> Exercise instructions: Please output the section of the listing below that opens with the line containing "#36=VERTEX_POINT('',#35);" and closes with the line containing "#61=FACE_BOUND('',#60,.T.);", exactly and with nothing else.

──────── Provided records ────────

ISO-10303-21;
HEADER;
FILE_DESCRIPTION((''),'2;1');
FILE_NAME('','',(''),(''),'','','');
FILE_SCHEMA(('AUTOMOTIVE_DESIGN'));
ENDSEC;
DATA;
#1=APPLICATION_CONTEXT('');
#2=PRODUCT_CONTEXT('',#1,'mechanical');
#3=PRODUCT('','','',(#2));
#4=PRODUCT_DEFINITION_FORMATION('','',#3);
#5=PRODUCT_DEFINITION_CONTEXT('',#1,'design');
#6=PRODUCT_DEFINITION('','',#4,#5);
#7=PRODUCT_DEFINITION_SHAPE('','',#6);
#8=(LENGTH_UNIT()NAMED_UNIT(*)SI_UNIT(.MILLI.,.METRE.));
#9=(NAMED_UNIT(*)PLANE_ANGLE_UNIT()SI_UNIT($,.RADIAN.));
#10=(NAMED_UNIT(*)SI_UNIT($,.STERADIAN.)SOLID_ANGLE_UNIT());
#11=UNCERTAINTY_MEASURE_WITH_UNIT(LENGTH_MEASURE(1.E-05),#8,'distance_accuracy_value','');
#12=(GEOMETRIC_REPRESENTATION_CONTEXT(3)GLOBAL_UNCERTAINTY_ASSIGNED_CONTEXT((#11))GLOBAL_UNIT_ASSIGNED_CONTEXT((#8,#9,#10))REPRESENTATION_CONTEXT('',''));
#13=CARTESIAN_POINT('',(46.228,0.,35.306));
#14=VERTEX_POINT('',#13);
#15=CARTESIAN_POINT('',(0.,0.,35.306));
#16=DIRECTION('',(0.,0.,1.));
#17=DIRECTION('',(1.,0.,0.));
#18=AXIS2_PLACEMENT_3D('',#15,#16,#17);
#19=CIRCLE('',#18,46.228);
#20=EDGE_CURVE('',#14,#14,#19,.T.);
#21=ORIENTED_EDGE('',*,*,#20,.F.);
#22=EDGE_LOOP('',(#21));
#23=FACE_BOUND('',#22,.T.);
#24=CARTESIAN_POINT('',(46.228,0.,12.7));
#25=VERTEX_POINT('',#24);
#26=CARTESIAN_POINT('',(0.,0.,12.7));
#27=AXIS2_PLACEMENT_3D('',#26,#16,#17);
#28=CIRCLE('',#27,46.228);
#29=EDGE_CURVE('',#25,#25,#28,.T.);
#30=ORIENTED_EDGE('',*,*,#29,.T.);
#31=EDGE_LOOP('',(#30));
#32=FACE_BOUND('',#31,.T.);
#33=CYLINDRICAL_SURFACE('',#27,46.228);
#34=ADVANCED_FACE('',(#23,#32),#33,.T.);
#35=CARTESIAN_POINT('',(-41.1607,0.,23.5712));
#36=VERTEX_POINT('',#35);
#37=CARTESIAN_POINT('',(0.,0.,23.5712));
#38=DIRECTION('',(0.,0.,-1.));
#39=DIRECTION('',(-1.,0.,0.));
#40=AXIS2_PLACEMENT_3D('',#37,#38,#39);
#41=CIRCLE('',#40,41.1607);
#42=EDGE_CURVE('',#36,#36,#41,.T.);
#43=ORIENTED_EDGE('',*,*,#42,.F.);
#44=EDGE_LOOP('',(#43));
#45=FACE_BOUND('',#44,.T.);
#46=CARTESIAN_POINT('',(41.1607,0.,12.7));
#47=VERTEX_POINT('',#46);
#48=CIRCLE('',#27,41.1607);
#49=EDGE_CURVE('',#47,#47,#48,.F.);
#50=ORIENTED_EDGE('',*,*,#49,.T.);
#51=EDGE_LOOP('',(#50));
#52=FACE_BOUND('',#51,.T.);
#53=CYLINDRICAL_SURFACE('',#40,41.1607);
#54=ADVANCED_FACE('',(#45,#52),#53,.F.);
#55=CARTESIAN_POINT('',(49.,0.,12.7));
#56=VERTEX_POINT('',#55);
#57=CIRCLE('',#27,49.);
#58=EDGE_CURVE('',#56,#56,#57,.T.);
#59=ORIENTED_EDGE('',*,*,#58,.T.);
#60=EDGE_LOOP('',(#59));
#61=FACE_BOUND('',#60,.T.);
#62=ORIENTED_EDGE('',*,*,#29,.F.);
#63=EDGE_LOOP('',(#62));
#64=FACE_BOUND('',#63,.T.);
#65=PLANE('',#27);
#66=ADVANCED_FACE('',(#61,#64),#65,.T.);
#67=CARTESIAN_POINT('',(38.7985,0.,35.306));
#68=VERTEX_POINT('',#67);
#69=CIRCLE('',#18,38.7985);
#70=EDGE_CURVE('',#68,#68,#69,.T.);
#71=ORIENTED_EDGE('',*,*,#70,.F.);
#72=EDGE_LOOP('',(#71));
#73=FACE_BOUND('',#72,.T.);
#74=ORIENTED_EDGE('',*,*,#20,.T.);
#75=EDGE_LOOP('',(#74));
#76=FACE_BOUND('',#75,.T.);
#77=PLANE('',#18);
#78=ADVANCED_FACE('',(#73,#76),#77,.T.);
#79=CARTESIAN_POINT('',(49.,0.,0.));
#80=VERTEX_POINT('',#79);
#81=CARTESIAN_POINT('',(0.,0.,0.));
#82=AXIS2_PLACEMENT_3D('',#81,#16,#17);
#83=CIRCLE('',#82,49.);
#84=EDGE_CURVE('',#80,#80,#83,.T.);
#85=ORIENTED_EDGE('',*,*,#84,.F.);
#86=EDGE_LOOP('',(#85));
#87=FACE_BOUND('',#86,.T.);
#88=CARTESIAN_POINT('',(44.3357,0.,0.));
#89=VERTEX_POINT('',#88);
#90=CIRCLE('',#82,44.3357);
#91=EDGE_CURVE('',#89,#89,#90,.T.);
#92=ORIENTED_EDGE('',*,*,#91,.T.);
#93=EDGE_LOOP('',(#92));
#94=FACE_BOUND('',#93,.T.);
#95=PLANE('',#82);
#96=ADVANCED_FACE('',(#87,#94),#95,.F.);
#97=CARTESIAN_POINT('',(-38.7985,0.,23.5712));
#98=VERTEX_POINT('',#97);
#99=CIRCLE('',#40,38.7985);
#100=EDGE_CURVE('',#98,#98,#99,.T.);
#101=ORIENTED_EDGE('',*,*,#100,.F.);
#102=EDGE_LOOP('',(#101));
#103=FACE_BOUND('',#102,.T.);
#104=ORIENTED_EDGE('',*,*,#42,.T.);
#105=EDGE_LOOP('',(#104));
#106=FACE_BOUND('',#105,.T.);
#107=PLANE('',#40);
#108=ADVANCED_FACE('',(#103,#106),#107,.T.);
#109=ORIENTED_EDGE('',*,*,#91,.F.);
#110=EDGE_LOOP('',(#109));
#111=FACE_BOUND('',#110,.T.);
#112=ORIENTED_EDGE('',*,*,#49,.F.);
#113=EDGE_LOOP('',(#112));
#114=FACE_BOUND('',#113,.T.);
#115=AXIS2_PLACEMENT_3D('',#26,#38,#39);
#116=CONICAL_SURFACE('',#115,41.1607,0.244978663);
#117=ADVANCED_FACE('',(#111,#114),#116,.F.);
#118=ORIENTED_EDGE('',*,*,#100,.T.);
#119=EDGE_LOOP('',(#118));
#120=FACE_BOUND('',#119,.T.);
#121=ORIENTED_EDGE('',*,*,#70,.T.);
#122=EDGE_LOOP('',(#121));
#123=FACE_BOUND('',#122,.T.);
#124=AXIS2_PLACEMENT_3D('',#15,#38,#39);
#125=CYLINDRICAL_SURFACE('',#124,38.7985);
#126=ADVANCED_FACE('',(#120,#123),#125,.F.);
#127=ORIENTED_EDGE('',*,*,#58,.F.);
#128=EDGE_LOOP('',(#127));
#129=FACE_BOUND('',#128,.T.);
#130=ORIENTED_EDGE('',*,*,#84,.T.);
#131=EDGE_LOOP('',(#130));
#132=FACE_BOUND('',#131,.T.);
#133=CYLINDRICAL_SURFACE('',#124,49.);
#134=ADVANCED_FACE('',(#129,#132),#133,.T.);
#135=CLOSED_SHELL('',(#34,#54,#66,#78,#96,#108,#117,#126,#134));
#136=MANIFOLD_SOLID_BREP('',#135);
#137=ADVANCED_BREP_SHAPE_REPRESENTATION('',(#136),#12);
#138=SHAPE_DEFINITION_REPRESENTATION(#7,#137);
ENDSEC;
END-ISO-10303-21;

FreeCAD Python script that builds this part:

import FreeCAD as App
import Part
import Sketcher
Q = App.Units.Quantity


def edges_at(feature, points):
    """Names of the edges that pass closest to the given points."""
    edges = feature.Shape.Edges
    near = lambda p: min(range(len(edges)), key=lambda i: edges[i].distToShape(Part.Vertex(*p))[0])
    return sorted({f"Edge{near(p) + 1}" for p in points})


def add_polygon(sketch, points):
    """Adds a closed chain of lines whose ends are joined by coincident constraints."""
    first, n = sketch.GeometryCount, len(points)
    for a, b in zip(points, points[1:] + points[:1]):
        sketch.addGeometry(Part.LineSegment(App.Vector(*a, 0), App.Vector(*b, 0)), False)
    for i in range(n):
        sketch.addConstraint(Sketcher.Constraint("Coincident", first + i, 2, first + (i + 1) % n, 1))

doc = App.newDocument("Part")
body = doc.addObject("PartDesign::Body", "Body")

# Sketch on XY plane
sketch1 = doc.addObject("Sketcher::SketchObject", "Sketch")
body.addObject(sketch1)
sketch1.AttachmentSupport = (doc.XY_Plane, [""])
sketch1.MapMode = "FlatFace"
sketch1.addGeometry(Part.Circle(App.Vector(0, 0, 0), App.Vector(0, 0, 1), 49), False)
sketch1.addGeometry(Part.Circle(App.Vector(0, 0, 0), App.Vector(0, 0, 1), 38.7985), False)
sketch1.addConstraint(Sketcher.Constraint("Coincident", 0, 3, -1, 1))
sketch1.addConstraint(Sketcher.Constraint("Coincident", 1, 3, -1, 1))
sketch1.addConstraint(Sketcher.Constraint("Diameter", 1, Q("3.055 in")))
sketch1.addConstraint(Sketcher.Constraint("Diameter", 0, Q("98 mm")))
pad1 = doc.addObject("PartDesign::Pad", "Pad")
body.addObject(pad1)
pad1.Profile = sketch1
pad1.Length = Q("1.39 in")

# Sketch on XY plane
sketch2 = doc.addObject("Sketcher::SketchObject", "Sketch001")
body.addObject(sketch2)
sketch2.AttachmentSupport = (doc.XY_Plane, [""])
sketch2.MapMode = "FlatFace"
sketch2.AttachmentOffset = App.Placement(App.Vector(0, 0, 1.39 * 25.4), App.Rotation())
add_polygon(sketch2, [(-64.302, 64.302), (-64.302, -64.302), (64.302, -64.302), (64.302, 64.302)])  # lines 0-3
sketch2.addGeometry(Part.Circle(App.Vector(0, 0, 0), App.Vector(0, 0, 1), 46.228), False)  # 4
sketch2.addConstraint(Sketcher.Constraint("Vertical", 0))
sketch2.addConstraint(Sketcher.Constraint("Horizontal", 1))
sketch2.addConstraint(Sketcher.Constraint("Vertical", 2))
sketch2.addConstraint(Sketcher.Constraint("Horizontal", 3))
sketch2.addConstraint(Sketcher.Constraint("Coincident", 4, 3, -1, 1))
sketch2.addConstraint(Sketcher.Constraint("Symmetric", 0, 2, 2, 2, -1, 1))
sketch2.addConstraint(Sketcher.Constraint("Equal", 3, 0))
sketch2.addConstraint(Sketcher.Constraint("Diameter", 4, Q("3.64 in")))
sketch2.addConstraint(Sketcher.Constraint("DistanceX", 1, 1, 1, 2, Q("128.604 mm")))
pocket1 = doc.addObject("PartDesign::Pocket", "Pocket")
body.addObject(pocket1)
pocket1.Profile = sketch2
pocket1.Length = Q("0.89 in")

# Sketch on XY plane
sketch3 = doc.addObject("Sketcher::SketchObject", "Sketch002")
body.addObject(sketch3)
sketch3.AttachmentSupport = (doc.XY_Plane, [""])
sketch3.MapMode = "FlatFace"
sketch3.addGeometry(Part.Circle(App.Vector(0, 0, 0), App.Vector(0, 0, 1), 41.1607), False)
sketch3.addConstraint(Sketcher.Constraint("Coincident", 0, 3, -1, 1))
sketch3.addConstraint(Sketcher.Constraint("Diameter", 0, Q("3.241 in")))
pocket2 = doc.addObject("PartDesign::Pocket", "Pocket001")
body.addObject(pocket2)
pocket2.Profile = sketch3
pocket2.Length = Q("0.928 in")
pocket2.Reversed = True
doc.recompute()

chamfer = doc.addObject("PartDesign::Chamfer", "Chamfer")
body.addObject(chamfer)
chamfer.Base = (pocket2, edges_at(pocket2, [(41.161, 0, 0)]))
chamfer.ChamferType = "Two distances"
chamfer.Size = Q("0.125 in")
chamfer.Size2 = Q("0.5 in")

doc.recompute()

────────

> Response to this exercise:
#36=VERTEX_POINT('',#35);
#37=CARTESIAN_POINT('',(0.,0.,23.5712));
#38=DIRECTION('',(0.,0.,-1.));
#39=DIRECTION('',(-1.,0.,0.));
#40=AXIS2_PLACEMENT_3D('',#37,#38,#39);
#41=CIRCLE('',#40,41.1607);
#42=EDGE_CURVE('',#36,#36,#41,.T.);
#43=ORIENTED_EDGE('',*,*,#42,.F.);
#44=EDGE_LOOP('',(#43));
#45=FACE_BOUND('',#44,.T.);
#46=CARTESIAN_POINT('',(41.1607,0.,12.7));
#47=VERTEX_POINT('',#46);
#48=CIRCLE('',#27,41.1607);
#49=EDGE_CURVE('',#47,#47,#48,.F.);
#50=ORIENTED_EDGE('',*,*,#49,.T.);
#51=EDGE_LOOP('',(#50));
#52=FACE_BOUND('',#51,.T.);
#53=CYLINDRICAL_SURFACE('',#40,41.1607);
#54=ADVANCED_FACE('',(#45,#52),#53,.F.);
#55=CARTESIAN_POINT('',(49.,0.,12.7));
#56=VERTEX_POINT('',#55);
#57=CIRCLE('',#27,49.);
#58=EDGE_CURVE('',#56,#56,#57,.T.);
#59=ORIENTED_EDGE('',*,*,#58,.T.);
#60=EDGE_LOOP('',(#59));
#61=FACE_BOUND('',#60,.T.);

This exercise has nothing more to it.